Der Bericht bezeugt weiterhin, dass alle Gruppen Kinder zum Militärdienst rekrutieren, einige davon nicht älter als sieben Jahre. Lokale Beobachter beschreiben die kämpfenden Einheiten als "Kinderarmeen".

Die Milizen haben über eine halbe Million Menschen aus ihren Häusern vertrieben und diese geplündert und verbrannt. Um ihre Feinde zu schwächen, haben viele Milizen die Lieferung von Nahrungsmitteln oder anderen Formen von humanitärer Hilfe, die für Vertriebene oder andere Menschen in Not gedacht war, behindert und damit die Anzahl der zivilen Todesopfer des Krieges ins unermessliche gesteigert. In den letzten Monaten haben die Milizen in etwa 30 Fällen Mitarbeiter von Hilfsorganisationen bedroht, geschlagen und vertrieben.

Die im Kongo stationierte United Nations Observer Mission to the Democratic Republic of Congo (MONUC) ist vor Ort, um die Waffenstillstandsvereinbarungen zu überwachen. Sie hatten weder das Mandat noch die Truppen oder die Ausrüstung um die Zivilbevölkerung zu schützen.

Nachdem Anfang Mai die Hema-Miliz Hunderte von Menschen in Bunia ermordet hatte, autorisierte der UN-Sicherheitsrat eine multinationale Notfalltruppe, um die öffentliche Ordnung in der Ortschaft wiederherzustellen. Das multinationale, hauptsächlich aus französischen Soldaten bestehende Einsatzkommando, war das erste überhaupt, das von der Europäischen Union aufgestellt worden war. Diese Mission konnte das Töten innerhalb Bunias zwar stoppen, wird jedoch im September beendet sein.

Im September wird die UN-Truppe, verstärkt durch mehrere tausend Soldaten, die einzige internationale Truppe in der DRK sein. Der Sicherheitsrat wird in Kürze über die Größe und das Mandat dieser Truppe beraten.

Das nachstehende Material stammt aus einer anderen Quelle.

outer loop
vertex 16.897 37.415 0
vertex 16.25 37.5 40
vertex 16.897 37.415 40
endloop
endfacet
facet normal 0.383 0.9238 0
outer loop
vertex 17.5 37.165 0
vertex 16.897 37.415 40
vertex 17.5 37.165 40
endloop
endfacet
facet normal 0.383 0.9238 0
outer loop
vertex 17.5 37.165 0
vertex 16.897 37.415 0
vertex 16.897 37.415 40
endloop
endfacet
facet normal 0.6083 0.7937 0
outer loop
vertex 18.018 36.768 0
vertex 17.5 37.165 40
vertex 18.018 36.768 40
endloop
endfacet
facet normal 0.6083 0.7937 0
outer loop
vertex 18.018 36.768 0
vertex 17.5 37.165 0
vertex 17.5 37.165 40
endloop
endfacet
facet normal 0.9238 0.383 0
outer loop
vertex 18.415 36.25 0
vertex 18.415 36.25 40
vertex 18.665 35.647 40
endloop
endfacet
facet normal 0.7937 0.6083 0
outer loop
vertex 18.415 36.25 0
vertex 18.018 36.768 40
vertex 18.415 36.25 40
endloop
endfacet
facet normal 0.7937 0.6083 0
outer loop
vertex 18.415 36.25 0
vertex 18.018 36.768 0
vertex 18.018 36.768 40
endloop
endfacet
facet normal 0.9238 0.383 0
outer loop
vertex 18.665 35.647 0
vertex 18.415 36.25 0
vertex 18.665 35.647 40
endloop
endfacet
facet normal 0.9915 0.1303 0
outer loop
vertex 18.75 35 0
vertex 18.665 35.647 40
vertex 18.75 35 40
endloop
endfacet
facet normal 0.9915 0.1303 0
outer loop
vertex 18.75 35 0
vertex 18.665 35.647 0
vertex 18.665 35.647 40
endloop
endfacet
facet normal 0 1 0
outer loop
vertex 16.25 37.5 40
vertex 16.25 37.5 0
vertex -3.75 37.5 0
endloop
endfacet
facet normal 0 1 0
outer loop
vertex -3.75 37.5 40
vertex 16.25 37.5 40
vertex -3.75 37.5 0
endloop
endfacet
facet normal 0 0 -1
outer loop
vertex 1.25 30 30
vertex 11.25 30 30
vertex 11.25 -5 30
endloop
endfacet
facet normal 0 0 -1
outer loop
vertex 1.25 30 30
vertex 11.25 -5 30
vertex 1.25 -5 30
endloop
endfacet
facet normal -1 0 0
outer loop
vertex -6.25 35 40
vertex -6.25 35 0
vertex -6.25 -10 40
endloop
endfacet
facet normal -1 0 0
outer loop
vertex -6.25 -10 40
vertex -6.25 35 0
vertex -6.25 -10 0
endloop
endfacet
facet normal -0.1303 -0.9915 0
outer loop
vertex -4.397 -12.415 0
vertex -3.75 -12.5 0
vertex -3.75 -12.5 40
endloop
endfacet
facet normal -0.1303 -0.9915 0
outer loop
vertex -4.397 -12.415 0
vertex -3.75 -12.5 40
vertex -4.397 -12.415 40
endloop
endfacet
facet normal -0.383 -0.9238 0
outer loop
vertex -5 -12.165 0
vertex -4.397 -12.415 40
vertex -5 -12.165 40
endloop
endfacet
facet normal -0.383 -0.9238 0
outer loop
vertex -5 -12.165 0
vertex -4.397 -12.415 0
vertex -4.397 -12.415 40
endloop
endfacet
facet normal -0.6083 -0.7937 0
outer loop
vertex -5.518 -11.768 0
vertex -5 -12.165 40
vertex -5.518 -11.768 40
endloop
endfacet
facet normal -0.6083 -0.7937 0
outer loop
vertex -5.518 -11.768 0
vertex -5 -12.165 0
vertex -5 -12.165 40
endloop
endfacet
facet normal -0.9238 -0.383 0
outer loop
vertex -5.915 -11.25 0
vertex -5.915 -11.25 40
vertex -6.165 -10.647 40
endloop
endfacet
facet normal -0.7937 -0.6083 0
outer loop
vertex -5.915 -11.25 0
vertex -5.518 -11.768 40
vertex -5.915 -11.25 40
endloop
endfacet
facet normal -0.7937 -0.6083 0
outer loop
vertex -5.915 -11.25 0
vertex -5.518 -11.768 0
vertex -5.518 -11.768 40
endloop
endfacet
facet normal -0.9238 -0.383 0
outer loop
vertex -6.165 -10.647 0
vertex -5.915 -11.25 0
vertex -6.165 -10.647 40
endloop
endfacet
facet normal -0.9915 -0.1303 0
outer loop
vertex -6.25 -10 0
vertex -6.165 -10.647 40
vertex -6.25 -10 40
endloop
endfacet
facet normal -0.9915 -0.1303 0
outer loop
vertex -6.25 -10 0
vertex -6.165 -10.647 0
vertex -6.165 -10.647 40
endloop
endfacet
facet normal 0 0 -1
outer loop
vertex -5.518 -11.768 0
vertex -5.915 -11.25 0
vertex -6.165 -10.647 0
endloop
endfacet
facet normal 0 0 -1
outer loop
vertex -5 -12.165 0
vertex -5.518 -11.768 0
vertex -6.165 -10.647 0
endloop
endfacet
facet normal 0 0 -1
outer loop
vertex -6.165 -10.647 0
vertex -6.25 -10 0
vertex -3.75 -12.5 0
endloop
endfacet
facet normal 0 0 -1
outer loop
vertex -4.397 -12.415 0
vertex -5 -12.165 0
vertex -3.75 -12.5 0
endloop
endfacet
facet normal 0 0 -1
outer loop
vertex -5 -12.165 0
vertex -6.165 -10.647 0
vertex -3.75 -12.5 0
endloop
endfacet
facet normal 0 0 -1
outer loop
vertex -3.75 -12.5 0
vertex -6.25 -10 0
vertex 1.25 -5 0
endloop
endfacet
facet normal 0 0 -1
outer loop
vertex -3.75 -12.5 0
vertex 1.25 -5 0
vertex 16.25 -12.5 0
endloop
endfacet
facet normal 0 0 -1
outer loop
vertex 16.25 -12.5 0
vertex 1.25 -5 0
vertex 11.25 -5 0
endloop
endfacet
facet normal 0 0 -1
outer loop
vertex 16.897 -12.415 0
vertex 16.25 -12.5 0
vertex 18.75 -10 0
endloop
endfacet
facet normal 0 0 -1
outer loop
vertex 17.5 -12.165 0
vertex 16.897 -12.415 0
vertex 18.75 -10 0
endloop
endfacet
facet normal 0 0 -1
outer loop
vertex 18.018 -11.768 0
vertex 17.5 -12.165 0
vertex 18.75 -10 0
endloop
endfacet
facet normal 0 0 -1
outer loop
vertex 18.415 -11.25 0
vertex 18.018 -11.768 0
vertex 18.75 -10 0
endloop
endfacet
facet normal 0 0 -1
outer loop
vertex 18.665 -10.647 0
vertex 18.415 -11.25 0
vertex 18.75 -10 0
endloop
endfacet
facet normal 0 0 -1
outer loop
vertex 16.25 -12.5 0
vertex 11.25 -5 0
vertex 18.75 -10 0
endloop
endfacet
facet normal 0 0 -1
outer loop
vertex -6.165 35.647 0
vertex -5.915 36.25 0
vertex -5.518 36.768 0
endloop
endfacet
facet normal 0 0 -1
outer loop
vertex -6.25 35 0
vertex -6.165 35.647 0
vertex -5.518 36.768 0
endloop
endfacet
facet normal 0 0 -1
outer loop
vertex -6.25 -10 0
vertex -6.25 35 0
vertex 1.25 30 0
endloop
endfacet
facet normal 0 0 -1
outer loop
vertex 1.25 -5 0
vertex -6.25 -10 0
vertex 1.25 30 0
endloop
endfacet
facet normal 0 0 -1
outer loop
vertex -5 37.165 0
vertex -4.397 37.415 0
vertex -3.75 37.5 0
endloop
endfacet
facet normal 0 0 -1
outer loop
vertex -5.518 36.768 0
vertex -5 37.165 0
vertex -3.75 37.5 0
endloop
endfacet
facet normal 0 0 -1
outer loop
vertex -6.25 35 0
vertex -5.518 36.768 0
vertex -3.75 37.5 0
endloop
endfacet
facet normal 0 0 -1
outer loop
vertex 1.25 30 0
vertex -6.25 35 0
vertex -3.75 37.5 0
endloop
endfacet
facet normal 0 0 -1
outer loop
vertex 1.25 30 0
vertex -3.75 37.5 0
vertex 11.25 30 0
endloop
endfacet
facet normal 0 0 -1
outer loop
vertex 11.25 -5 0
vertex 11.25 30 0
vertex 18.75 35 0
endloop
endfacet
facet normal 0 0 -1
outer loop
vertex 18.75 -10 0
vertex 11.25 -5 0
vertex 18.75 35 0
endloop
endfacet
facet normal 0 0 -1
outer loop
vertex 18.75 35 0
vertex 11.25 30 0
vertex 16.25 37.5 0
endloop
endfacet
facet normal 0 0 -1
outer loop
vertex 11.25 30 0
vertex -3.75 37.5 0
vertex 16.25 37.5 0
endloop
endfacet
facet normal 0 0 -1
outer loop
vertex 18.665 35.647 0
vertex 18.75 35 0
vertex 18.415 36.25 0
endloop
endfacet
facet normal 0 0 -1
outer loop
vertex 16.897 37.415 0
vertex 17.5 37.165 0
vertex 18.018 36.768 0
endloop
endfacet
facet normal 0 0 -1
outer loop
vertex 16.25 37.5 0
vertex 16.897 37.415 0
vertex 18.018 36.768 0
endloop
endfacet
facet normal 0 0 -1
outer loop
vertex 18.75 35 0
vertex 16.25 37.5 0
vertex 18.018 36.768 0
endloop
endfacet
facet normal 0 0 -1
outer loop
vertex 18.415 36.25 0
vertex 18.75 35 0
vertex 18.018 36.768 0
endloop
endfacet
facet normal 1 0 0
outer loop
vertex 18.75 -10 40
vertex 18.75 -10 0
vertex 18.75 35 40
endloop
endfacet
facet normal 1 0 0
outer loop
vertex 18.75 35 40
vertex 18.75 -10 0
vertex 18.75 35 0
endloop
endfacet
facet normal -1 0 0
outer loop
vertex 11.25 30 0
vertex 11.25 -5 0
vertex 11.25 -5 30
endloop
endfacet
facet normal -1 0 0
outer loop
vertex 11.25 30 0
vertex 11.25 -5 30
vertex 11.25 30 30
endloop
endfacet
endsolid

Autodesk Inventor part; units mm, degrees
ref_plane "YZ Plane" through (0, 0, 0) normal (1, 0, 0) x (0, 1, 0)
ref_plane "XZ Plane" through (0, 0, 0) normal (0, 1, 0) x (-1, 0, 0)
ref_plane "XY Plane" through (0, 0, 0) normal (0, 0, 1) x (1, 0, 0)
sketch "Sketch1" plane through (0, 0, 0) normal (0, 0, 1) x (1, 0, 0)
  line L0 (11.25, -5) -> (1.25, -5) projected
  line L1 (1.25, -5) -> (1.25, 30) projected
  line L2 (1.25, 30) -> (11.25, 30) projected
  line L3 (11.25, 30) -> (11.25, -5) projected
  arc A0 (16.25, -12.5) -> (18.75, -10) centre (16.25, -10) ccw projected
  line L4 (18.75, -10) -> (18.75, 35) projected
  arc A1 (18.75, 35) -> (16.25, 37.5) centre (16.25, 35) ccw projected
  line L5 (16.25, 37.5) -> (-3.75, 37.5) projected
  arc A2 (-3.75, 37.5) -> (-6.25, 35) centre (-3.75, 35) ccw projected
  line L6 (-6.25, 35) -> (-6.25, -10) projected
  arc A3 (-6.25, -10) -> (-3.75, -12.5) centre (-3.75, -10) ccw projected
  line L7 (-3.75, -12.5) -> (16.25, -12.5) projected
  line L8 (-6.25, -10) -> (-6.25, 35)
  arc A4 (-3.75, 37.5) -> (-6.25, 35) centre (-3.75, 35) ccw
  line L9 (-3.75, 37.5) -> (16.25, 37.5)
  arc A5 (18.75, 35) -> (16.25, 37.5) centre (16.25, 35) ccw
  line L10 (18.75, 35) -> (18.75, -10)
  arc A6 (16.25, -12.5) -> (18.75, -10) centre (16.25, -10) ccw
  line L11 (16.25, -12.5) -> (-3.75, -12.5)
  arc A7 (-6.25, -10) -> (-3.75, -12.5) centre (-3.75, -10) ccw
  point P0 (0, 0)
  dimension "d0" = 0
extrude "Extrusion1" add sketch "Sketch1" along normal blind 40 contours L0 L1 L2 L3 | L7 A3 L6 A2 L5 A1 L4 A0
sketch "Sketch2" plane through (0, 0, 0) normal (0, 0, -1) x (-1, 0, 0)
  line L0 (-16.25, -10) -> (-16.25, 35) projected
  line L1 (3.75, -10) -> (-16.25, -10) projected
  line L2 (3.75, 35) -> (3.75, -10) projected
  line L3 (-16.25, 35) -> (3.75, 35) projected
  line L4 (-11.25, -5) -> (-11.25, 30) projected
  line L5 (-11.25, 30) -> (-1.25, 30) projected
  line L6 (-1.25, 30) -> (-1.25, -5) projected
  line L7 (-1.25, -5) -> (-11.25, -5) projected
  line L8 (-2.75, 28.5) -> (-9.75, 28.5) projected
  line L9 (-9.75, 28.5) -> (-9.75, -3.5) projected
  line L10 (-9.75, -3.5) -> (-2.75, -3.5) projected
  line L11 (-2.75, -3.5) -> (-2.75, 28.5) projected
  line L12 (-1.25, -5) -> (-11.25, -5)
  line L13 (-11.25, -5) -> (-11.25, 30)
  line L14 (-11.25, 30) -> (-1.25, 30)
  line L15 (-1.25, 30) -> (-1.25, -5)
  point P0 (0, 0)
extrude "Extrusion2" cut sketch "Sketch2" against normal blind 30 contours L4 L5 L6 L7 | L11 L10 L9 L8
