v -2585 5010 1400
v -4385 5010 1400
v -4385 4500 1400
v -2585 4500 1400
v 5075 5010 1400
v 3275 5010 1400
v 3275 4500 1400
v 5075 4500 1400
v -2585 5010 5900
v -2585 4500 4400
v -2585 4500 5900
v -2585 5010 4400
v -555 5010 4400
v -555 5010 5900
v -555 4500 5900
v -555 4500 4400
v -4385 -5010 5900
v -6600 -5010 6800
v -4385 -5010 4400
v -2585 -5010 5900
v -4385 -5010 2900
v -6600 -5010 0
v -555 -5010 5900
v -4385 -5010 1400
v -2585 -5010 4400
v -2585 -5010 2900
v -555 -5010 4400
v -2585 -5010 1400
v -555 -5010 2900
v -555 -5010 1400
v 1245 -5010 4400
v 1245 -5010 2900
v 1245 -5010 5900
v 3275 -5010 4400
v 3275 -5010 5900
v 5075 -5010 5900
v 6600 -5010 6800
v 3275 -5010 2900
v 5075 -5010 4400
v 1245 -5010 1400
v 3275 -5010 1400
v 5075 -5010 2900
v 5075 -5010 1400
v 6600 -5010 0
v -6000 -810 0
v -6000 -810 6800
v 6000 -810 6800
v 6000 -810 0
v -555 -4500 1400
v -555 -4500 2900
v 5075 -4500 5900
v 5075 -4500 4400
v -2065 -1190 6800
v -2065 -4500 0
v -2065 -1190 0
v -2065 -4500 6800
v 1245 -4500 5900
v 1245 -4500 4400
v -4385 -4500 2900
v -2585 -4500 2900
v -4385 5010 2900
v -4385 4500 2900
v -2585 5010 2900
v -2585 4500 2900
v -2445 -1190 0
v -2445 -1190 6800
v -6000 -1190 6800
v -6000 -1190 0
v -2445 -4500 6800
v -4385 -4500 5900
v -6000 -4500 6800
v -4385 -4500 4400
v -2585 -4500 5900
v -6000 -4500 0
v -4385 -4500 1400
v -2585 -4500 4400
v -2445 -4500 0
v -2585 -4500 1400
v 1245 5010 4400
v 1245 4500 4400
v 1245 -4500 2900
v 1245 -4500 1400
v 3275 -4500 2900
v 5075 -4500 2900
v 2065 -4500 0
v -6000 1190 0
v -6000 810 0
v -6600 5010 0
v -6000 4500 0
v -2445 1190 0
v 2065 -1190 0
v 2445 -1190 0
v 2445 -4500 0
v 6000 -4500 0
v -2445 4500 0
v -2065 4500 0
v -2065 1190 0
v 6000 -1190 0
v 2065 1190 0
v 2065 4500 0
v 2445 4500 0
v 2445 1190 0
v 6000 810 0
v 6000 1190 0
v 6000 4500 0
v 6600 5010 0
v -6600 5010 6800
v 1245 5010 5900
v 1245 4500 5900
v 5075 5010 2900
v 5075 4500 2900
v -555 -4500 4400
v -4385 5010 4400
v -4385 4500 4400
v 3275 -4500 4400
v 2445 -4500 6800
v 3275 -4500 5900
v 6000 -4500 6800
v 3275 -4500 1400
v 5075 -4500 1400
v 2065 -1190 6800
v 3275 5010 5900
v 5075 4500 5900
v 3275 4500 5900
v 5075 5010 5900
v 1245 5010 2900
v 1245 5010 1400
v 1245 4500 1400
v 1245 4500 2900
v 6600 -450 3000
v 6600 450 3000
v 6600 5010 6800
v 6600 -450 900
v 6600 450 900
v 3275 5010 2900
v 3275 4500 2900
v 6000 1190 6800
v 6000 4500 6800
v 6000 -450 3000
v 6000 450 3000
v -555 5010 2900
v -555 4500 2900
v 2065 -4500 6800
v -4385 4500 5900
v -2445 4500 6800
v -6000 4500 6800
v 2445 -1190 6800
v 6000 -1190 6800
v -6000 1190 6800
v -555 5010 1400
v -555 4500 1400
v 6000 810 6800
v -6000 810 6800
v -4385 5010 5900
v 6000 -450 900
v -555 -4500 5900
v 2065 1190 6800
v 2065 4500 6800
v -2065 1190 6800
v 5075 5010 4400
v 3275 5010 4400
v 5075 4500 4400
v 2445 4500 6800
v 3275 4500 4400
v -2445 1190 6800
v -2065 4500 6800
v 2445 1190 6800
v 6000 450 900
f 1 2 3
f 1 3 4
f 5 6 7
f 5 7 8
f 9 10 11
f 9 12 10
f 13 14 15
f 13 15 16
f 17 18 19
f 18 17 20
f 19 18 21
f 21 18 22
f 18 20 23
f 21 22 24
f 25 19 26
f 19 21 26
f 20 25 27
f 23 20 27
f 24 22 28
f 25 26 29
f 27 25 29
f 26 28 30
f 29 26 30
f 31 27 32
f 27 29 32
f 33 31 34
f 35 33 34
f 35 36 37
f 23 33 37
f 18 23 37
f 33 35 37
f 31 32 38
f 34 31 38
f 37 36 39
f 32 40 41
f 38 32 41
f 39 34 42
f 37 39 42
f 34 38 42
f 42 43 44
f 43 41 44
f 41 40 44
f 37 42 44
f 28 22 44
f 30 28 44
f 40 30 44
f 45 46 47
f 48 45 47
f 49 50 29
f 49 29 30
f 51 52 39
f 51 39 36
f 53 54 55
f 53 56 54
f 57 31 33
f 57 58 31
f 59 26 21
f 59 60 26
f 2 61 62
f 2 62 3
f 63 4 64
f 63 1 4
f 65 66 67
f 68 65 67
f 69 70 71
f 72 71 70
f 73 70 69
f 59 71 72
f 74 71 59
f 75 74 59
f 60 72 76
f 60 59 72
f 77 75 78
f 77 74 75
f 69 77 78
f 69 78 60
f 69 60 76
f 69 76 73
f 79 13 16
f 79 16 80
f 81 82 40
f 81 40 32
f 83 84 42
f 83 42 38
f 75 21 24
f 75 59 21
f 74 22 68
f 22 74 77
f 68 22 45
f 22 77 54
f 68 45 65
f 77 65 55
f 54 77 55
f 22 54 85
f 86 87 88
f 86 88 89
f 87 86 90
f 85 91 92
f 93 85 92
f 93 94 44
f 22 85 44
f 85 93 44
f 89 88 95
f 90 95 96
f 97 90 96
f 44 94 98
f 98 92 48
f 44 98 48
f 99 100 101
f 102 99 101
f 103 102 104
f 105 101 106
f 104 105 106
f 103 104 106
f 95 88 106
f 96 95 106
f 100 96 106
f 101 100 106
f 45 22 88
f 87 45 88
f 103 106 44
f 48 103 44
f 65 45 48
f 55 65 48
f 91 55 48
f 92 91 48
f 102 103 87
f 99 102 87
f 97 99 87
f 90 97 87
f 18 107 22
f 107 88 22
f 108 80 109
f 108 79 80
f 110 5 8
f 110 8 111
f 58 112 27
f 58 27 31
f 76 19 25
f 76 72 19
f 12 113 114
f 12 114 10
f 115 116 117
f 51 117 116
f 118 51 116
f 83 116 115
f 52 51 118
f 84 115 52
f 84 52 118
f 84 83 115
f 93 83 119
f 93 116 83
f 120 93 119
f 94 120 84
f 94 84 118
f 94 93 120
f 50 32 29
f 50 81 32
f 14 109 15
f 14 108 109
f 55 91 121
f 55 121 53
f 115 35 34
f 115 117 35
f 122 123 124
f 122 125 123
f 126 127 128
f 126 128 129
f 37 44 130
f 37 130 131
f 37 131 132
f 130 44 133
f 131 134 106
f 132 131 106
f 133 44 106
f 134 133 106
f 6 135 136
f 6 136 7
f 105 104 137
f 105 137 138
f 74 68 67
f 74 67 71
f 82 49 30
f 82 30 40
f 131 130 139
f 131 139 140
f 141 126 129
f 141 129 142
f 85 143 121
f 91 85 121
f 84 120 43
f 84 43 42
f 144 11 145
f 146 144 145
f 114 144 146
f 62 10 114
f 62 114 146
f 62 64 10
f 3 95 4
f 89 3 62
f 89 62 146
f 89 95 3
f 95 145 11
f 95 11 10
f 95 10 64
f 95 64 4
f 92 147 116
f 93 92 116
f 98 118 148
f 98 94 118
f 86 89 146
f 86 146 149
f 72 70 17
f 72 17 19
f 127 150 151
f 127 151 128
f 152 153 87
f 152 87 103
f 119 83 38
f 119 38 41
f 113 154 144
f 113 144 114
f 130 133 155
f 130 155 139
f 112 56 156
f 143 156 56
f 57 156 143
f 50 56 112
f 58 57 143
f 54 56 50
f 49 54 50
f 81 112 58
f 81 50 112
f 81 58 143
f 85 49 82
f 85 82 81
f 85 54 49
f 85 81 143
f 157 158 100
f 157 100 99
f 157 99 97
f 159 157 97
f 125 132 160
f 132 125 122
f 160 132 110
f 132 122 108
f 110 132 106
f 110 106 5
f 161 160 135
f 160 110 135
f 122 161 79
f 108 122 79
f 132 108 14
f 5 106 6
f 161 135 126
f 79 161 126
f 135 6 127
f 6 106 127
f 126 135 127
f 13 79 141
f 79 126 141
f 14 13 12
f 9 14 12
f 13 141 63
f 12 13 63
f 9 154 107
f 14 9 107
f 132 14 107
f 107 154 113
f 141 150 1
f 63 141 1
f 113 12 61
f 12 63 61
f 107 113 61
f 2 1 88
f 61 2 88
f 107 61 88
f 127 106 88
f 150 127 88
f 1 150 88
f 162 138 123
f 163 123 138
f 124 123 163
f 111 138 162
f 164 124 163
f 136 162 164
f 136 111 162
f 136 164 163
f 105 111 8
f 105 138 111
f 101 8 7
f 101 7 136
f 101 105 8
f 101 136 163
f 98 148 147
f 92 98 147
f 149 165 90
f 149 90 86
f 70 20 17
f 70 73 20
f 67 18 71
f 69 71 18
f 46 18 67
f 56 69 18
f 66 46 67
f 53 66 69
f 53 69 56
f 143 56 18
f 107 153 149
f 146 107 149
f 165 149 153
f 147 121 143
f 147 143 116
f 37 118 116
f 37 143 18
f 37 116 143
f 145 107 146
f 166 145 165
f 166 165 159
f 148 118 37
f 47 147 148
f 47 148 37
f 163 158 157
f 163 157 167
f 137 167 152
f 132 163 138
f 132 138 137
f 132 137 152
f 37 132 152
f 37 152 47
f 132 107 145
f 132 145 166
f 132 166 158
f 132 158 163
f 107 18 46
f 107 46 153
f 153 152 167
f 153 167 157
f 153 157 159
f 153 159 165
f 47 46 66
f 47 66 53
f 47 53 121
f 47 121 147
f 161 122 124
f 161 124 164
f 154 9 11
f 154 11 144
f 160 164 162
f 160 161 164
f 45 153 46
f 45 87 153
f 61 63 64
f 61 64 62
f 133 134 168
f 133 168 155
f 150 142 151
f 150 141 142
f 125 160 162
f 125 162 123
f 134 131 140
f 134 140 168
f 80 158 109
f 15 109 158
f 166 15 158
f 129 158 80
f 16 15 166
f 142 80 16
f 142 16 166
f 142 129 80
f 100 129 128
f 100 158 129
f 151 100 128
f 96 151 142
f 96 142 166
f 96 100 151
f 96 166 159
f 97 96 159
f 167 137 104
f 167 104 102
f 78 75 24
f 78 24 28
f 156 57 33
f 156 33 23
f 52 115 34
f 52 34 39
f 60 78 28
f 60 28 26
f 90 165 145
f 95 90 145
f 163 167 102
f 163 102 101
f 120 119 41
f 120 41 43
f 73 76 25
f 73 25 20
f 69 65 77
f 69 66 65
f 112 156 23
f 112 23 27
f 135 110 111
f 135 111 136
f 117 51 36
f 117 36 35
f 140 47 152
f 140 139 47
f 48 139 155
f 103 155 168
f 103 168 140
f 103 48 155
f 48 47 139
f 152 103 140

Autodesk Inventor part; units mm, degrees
ref_plane "YZ Plane" through (0, 0, 0) normal (1, 0, 0) x (0, 1, 0)
ref_plane "XZ Plane" through (0, 0, 0) normal (0, 1, 0) x (-1, 0, 0)
ref_plane "XY Plane" through (0, 0, 0) normal (0, 0, 1) x (1, 0, 0)
sketch "Sketch1" plane through (0, 0, 0) normal (0, 0, 1) x (1, 0, 0)
  line L0 (6000, 4500) -> (-6000, 4500)
  line L1 (-6000, 4500) -> (-6000, -4500)
  line L2 (-6000, -4500) -> (6000, -4500)
  line L3 (6000, -4500) -> (6000, 4500)
  line L4 (6000, 4500) -> (-6000, -4500) construction
  line L5 (-6000, 4500) -> (6000, -4500) construction
  line L6 (6600, 5010) -> (-6600, 5010)
  line L7 (-6600, 5010) -> (-6600, -5010)
  line L8 (-6600, -5010) -> (6600, -5010)
  line L9 (6600, -5010) -> (6600, 5010)
  line L10 (6600, 5010) -> (-6600, -5010) construction
  line L11 (-6600, 5010) -> (6600, -5010) construction
  point P0 (0, 0)
  dimension "d0" = 12000
  dimension "d1" = 9000
  dimension "d2" = 13200
  dimension "d3" = 10020
extrude "Extrusion1" add sketch "Sketch1" along normal blind 6800
sketch "Sketch2" plane through (-6600, 5010, 0) normal (0, 1, 0) x (1, 0, 0)
  line L0 (11675, -2900) -> (9875, -2900)
  line L1 (9875, -2900) -> (9875, -1400)
  line L2 (9875, -1400) -> (11675, -1400)
  line L3 (11675, -1400) -> (11675, -2900)
  line L4 (13200, 0) -> (13200, -6800) projected
  line L5 (13200, 0) -> (0, 0) projected
  line L6 (11675, -5900) -> (9875, -5900)
  line L7 (9875, -5900) -> (9875, -4400)
  line L8 (9875, -4400) -> (11675, -4400)
  line L9 (11675, -4400) -> (11675, -5900)
  line L10 (7845, -2900) -> (6045, -2900)
  line L11 (6045, -2900) -> (6045, -1400)
  line L12 (6045, -1400) -> (7845, -1400)
  line L13 (7845, -1400) -> (7845, -2900)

"Der Sicherheitsrat muss sicherstellen, dass die Zivilbevölkerung in Bunia und dem übrigen Land auch nach dem Abzug der Übergangstruppe geschützt wird", sagte Des Forges. "Sie müssen Friedenstruppen bereitstellen und ein entsprechendes Mandat erteilen, um weitere ethnische Tötungen zu verhindern."

*Alison Des Forges ist Senior Beraterin der Afrika Abteilung von Human Rights Watch.